---------- SOURCE DATA ----------

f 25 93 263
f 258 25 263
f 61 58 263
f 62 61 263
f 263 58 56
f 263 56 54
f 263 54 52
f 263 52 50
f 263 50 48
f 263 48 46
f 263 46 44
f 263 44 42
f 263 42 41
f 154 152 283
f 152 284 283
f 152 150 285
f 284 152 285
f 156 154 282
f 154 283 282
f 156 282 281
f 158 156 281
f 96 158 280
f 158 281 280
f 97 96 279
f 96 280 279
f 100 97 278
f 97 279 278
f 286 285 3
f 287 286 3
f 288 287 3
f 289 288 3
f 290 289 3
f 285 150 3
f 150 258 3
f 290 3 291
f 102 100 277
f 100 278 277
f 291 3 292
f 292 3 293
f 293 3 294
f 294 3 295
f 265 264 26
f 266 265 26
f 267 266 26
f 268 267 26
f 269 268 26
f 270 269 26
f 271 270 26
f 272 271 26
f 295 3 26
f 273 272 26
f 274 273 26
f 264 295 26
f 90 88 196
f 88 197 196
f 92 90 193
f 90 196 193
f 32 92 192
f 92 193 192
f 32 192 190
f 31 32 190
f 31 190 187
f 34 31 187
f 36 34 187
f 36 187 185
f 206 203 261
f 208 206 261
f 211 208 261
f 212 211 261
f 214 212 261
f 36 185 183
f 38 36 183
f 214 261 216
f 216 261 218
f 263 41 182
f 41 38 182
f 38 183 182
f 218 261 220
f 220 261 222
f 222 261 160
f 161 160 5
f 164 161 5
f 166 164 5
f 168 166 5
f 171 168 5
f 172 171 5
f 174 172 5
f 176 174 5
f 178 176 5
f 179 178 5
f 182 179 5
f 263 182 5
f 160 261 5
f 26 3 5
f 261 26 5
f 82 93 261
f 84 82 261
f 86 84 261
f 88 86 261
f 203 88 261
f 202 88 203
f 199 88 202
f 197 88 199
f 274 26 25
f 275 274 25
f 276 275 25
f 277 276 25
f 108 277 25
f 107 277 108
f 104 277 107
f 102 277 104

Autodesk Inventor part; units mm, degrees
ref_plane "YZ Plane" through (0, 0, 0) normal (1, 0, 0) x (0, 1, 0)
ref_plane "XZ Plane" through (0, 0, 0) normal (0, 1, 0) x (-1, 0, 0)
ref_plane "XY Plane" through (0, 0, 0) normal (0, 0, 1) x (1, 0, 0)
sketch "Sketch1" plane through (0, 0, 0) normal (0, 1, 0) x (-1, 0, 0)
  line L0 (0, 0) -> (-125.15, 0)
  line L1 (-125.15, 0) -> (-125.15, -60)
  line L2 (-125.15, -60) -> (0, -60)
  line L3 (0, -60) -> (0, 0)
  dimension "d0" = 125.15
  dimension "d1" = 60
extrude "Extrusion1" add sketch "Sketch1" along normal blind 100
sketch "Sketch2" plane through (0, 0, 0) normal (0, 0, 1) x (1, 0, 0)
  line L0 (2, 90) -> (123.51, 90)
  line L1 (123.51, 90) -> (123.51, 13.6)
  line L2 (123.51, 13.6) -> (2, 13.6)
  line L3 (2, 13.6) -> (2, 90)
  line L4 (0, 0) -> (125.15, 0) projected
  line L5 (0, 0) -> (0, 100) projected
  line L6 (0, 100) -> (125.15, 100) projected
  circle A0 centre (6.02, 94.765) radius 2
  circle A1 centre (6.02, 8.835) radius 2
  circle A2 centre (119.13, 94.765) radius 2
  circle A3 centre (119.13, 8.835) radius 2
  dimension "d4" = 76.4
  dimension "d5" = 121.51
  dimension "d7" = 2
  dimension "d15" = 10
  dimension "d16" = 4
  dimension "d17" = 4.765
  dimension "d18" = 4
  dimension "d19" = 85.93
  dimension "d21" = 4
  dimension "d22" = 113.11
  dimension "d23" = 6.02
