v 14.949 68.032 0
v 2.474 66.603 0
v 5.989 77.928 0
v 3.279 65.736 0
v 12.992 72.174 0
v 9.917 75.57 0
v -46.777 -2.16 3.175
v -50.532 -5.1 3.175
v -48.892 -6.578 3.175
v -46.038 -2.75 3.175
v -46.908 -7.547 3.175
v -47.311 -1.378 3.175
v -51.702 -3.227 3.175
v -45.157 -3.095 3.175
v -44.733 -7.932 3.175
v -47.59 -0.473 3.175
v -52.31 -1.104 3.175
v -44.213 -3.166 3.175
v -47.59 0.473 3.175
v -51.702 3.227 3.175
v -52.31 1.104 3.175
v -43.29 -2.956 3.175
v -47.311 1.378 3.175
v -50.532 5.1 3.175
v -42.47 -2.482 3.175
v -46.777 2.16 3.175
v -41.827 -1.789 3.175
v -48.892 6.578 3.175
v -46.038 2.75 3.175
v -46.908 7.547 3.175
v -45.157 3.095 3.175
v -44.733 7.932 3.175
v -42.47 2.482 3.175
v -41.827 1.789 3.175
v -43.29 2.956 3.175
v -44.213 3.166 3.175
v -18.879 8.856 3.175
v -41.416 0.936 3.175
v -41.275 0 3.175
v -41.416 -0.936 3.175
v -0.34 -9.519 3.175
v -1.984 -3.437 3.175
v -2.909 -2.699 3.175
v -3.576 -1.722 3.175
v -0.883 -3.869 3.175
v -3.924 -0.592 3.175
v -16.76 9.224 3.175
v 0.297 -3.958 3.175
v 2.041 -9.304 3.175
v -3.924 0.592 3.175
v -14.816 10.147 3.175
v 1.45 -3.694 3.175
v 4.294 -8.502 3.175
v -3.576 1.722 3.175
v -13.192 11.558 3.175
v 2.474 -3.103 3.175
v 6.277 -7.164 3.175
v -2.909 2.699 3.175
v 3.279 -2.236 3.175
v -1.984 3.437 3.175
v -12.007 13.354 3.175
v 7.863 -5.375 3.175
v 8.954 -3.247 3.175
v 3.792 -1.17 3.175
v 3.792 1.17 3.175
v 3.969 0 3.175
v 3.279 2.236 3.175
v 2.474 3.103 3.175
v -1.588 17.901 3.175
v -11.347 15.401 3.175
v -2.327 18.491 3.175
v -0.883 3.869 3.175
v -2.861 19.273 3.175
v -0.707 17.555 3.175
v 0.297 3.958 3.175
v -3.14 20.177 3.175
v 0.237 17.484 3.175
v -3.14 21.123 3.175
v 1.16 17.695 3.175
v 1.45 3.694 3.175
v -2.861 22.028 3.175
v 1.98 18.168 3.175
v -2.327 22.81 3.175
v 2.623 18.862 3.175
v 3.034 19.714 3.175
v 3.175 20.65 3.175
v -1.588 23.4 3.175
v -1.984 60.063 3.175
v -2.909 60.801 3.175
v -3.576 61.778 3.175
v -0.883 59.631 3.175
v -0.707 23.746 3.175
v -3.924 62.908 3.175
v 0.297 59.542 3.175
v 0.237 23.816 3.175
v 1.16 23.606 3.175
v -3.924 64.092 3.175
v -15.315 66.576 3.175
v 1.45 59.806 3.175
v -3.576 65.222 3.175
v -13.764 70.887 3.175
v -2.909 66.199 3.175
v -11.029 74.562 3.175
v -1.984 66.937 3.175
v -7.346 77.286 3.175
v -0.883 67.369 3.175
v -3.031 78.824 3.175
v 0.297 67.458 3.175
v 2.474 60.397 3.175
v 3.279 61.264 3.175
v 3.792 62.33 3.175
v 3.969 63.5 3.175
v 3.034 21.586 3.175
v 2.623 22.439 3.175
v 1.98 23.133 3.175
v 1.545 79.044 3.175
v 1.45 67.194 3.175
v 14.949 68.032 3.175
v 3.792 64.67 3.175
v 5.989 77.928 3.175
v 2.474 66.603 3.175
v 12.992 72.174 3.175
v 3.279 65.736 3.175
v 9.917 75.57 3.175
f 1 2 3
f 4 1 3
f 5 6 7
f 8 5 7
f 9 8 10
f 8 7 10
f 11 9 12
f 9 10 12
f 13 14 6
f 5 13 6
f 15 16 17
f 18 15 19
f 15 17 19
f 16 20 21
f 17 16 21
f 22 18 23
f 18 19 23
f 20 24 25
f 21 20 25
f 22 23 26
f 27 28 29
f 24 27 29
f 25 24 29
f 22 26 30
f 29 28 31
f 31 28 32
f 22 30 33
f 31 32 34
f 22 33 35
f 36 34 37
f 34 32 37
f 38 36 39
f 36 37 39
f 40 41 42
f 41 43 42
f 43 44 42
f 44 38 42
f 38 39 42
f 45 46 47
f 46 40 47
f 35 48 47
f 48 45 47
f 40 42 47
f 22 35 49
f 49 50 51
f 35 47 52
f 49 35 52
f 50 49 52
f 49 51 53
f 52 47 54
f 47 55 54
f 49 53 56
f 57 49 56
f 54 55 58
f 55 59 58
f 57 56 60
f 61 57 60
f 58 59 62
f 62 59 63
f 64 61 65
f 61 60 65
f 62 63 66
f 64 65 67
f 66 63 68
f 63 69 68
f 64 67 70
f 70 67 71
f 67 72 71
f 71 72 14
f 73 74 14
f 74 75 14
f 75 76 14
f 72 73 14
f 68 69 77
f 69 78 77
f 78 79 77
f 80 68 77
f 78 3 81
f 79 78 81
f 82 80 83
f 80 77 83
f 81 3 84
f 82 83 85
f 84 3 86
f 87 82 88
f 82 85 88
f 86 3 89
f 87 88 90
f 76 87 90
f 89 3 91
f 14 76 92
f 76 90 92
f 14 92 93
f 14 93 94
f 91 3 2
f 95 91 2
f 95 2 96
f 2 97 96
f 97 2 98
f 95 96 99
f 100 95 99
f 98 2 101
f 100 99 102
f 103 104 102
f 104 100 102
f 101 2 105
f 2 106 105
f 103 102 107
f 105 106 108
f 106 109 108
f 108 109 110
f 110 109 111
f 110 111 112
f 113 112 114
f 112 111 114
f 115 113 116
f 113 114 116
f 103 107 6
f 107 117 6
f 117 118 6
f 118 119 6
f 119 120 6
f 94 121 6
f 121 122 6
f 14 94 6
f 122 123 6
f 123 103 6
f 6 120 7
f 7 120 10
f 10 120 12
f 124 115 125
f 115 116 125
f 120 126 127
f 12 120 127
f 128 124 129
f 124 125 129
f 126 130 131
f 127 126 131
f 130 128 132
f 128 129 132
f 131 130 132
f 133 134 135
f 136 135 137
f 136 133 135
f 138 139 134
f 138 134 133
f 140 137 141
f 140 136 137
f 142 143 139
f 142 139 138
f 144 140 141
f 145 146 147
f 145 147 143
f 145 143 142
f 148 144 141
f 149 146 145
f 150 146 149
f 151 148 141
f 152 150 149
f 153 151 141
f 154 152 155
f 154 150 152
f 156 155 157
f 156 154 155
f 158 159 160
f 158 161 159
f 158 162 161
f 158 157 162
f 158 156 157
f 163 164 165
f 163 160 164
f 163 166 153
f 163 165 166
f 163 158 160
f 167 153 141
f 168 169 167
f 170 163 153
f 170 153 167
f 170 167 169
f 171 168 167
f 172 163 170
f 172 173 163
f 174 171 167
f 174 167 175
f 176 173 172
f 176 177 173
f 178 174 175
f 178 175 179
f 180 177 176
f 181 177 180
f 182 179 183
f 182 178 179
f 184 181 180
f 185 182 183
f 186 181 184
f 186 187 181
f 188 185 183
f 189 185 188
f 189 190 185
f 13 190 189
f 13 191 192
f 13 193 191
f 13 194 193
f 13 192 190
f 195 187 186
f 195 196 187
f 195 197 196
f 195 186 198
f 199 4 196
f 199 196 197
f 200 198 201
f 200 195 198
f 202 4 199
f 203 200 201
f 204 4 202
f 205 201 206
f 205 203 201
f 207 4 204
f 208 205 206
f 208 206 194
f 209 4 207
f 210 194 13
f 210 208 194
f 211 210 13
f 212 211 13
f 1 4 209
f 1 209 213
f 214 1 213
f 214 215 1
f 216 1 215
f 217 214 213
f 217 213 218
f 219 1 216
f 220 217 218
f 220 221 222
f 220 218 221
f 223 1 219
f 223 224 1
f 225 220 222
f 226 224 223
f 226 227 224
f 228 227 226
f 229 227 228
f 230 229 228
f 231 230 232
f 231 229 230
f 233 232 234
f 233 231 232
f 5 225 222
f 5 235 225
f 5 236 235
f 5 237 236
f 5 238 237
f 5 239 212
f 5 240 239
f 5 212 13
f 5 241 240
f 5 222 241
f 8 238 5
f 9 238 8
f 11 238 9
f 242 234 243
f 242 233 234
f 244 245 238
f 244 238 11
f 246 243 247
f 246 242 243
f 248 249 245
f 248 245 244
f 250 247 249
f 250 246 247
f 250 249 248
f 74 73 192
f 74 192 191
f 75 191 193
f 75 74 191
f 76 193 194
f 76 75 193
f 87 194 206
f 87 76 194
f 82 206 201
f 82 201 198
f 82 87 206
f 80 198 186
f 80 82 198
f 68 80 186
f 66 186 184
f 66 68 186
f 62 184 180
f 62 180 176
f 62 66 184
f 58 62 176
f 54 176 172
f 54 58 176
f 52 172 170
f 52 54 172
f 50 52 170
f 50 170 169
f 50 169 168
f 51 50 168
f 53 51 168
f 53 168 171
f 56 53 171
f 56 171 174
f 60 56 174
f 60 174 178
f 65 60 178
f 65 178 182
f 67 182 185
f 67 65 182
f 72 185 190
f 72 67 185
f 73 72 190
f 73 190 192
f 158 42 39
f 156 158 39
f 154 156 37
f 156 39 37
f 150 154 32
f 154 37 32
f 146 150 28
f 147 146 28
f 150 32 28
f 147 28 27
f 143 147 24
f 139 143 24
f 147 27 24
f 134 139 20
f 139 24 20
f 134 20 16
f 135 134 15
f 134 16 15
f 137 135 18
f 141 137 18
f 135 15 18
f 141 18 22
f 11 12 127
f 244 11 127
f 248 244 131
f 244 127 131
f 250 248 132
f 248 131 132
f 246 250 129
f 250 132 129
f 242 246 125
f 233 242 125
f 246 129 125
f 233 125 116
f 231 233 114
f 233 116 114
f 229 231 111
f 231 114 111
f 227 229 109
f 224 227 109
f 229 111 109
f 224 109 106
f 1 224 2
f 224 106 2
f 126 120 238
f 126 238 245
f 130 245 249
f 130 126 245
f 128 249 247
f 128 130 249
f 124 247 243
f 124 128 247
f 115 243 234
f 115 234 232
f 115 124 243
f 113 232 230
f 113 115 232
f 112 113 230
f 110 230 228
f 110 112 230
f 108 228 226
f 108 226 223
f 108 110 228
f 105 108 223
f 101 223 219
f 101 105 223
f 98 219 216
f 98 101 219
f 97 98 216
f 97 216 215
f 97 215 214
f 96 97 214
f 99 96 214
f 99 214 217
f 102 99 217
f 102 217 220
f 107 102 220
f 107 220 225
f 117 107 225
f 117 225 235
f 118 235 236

----------

WHAT YOU SHOULD DO:
Determine the number of lines in the entries that hold the string "projected"; write that number and nothing else.

RESULT FOR THIS TASK:
3